> **INFORMATION SHOWN**
[Start of Attachment]

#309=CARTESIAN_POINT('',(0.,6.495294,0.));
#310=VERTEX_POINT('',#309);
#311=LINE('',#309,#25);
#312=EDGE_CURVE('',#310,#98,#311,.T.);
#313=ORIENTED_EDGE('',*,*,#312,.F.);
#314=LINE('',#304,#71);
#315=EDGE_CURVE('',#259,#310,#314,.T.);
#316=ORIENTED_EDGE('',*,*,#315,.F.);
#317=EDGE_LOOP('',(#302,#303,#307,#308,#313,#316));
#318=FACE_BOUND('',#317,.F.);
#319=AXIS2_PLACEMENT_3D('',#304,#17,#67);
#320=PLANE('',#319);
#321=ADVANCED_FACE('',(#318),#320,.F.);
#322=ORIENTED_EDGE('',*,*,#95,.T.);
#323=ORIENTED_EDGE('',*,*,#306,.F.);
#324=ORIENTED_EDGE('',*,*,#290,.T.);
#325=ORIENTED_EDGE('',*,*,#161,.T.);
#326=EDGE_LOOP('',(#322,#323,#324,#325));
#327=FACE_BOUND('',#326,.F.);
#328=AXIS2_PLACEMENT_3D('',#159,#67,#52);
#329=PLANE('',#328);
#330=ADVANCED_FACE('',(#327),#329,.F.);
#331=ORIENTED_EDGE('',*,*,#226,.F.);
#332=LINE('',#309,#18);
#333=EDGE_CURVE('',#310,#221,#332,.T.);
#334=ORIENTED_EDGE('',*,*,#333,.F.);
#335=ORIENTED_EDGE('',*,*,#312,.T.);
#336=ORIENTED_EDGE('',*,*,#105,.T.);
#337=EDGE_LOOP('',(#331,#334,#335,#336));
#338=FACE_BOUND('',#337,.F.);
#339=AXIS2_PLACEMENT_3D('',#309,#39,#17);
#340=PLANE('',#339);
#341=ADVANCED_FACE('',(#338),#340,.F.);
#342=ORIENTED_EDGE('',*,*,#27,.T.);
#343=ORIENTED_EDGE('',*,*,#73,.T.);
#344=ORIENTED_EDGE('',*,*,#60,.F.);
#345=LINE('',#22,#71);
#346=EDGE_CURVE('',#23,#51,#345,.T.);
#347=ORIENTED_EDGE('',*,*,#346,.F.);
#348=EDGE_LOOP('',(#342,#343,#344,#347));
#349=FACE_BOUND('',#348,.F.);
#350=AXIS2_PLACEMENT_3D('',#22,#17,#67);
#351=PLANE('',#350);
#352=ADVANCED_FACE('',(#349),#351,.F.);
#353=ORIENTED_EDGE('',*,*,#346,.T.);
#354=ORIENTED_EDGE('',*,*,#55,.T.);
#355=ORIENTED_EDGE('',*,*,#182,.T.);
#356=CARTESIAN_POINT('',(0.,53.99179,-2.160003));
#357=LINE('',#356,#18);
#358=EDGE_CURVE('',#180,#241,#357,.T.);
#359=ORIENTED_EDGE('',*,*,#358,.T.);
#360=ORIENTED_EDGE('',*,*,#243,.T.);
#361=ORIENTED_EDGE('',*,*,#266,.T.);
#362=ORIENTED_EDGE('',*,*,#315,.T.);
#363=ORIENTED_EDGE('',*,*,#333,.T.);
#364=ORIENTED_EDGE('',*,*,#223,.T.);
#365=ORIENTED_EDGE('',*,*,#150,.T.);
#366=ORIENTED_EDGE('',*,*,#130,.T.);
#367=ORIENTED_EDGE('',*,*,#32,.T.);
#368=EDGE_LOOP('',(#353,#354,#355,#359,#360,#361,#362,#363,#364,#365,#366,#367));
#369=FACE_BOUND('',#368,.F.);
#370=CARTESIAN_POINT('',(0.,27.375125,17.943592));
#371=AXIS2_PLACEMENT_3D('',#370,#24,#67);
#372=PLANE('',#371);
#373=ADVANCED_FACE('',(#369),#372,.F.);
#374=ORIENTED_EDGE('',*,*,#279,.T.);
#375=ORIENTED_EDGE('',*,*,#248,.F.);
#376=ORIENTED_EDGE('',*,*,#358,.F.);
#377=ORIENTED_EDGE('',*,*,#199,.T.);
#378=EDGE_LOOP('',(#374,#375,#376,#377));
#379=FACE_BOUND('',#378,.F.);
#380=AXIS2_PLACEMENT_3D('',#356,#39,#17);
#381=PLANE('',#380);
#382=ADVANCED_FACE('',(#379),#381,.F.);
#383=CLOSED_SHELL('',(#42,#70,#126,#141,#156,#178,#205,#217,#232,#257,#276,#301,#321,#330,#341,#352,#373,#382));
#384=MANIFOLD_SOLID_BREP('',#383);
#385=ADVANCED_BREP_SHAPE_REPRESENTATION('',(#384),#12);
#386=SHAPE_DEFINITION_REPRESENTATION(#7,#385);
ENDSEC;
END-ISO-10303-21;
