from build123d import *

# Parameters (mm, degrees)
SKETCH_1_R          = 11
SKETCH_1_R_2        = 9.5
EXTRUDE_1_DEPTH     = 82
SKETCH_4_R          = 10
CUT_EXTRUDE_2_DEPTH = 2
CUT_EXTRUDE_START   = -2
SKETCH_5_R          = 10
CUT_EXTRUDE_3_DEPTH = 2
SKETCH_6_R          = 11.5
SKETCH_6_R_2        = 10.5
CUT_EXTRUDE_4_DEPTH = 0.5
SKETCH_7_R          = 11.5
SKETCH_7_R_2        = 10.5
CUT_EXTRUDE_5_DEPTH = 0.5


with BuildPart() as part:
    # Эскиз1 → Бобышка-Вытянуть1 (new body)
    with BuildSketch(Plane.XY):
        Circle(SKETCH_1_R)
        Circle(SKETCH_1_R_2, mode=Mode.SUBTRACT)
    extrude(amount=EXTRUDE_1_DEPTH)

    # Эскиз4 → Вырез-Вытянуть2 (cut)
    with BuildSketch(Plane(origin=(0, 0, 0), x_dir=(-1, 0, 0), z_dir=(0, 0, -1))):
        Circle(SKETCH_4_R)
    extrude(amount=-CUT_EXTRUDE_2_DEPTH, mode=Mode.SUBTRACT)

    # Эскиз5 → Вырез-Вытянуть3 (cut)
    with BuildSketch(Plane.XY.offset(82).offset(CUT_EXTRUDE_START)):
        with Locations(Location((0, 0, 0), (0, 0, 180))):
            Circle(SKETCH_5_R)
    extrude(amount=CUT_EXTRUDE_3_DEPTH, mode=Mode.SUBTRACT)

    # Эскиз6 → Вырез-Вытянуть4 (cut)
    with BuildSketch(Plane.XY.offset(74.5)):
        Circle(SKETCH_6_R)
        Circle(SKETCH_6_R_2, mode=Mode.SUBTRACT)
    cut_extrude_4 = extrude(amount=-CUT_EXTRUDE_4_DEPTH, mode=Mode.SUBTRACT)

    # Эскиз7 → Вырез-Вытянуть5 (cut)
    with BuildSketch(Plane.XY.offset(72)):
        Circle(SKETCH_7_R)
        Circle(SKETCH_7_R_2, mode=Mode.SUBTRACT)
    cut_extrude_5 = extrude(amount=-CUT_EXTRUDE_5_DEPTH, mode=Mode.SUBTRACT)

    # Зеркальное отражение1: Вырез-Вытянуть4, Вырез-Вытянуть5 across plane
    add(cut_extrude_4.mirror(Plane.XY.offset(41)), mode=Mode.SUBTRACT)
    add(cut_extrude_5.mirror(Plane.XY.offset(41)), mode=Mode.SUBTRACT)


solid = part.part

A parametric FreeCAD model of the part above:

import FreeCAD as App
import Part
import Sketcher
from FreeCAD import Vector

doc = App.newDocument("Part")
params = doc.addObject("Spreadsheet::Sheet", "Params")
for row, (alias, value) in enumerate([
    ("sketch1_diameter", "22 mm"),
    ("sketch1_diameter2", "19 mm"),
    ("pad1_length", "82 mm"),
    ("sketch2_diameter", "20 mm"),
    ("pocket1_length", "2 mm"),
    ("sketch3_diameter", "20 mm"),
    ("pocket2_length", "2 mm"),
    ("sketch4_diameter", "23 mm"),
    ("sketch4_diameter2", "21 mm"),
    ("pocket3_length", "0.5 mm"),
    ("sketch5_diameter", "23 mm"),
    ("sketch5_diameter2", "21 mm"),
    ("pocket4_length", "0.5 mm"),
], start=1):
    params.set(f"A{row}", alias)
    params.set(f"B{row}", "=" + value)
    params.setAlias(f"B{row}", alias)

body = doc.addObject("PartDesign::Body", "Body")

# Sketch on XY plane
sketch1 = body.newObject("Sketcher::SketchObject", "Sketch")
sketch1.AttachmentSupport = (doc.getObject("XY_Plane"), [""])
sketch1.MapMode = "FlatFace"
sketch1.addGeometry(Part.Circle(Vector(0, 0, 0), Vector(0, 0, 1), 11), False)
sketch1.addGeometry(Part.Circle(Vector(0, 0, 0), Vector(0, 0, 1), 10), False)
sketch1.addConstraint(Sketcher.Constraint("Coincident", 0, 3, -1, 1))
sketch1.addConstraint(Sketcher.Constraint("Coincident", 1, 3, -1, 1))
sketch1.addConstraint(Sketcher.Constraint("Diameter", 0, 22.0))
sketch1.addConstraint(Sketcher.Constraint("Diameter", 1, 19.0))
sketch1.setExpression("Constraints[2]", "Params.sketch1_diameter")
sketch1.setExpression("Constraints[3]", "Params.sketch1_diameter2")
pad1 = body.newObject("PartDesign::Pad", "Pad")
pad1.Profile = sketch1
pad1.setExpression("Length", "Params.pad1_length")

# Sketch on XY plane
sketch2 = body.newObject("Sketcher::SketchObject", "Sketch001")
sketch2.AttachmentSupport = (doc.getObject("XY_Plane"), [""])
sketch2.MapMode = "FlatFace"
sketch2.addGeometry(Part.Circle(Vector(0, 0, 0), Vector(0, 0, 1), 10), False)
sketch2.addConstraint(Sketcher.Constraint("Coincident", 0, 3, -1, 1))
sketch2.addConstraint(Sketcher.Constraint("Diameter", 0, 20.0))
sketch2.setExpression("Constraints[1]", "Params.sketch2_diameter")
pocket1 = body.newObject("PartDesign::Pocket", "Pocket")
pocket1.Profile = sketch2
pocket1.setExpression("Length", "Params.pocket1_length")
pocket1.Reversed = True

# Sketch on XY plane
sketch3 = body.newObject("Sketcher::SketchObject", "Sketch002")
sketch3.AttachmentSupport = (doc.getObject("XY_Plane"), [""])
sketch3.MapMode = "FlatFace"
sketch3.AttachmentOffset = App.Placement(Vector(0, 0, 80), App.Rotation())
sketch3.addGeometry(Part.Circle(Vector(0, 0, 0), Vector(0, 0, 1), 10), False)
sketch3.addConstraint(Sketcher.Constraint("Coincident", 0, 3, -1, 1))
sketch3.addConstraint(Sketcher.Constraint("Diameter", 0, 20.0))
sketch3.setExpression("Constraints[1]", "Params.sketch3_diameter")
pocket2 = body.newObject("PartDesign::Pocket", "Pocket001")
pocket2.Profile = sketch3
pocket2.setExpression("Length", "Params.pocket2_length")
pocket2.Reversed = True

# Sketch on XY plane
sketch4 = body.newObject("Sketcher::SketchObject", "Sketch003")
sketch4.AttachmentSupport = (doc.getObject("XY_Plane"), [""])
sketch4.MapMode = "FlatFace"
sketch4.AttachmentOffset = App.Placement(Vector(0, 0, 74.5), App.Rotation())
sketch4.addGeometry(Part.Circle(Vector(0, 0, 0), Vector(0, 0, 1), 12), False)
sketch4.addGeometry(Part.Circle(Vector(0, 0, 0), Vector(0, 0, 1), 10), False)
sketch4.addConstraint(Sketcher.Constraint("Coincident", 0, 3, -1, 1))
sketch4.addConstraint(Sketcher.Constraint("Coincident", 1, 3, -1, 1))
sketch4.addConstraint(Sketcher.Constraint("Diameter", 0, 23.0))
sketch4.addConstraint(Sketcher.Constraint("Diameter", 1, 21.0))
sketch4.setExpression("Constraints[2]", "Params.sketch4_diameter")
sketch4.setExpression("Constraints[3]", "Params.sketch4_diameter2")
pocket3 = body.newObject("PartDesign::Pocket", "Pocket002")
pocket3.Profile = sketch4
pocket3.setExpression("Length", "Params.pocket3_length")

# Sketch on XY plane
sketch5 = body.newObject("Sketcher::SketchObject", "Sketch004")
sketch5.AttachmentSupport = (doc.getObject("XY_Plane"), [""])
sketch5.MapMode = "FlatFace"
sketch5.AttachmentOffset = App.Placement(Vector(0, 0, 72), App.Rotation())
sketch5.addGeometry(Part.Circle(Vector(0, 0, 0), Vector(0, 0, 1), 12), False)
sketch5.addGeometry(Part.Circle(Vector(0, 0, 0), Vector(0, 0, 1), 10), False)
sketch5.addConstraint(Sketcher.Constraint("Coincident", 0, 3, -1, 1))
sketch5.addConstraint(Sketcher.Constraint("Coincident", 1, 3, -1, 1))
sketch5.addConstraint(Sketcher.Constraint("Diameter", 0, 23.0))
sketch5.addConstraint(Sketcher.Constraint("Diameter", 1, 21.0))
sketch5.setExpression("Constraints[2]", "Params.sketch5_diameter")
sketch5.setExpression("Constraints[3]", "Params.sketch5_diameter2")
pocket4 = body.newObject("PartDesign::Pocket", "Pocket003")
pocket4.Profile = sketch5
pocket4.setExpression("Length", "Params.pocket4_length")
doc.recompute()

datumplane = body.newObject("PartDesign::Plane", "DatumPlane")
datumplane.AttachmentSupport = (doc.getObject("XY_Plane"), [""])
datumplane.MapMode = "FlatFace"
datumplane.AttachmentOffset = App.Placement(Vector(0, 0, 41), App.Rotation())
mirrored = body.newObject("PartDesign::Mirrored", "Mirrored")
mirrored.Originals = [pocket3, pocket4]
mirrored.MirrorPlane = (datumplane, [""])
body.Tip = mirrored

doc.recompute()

[End of Attachment]

> **WORK ORDER**
Return the number of lines in the material holding the string "amount", and no other text.

> **EXERCISE SOLUTION**
5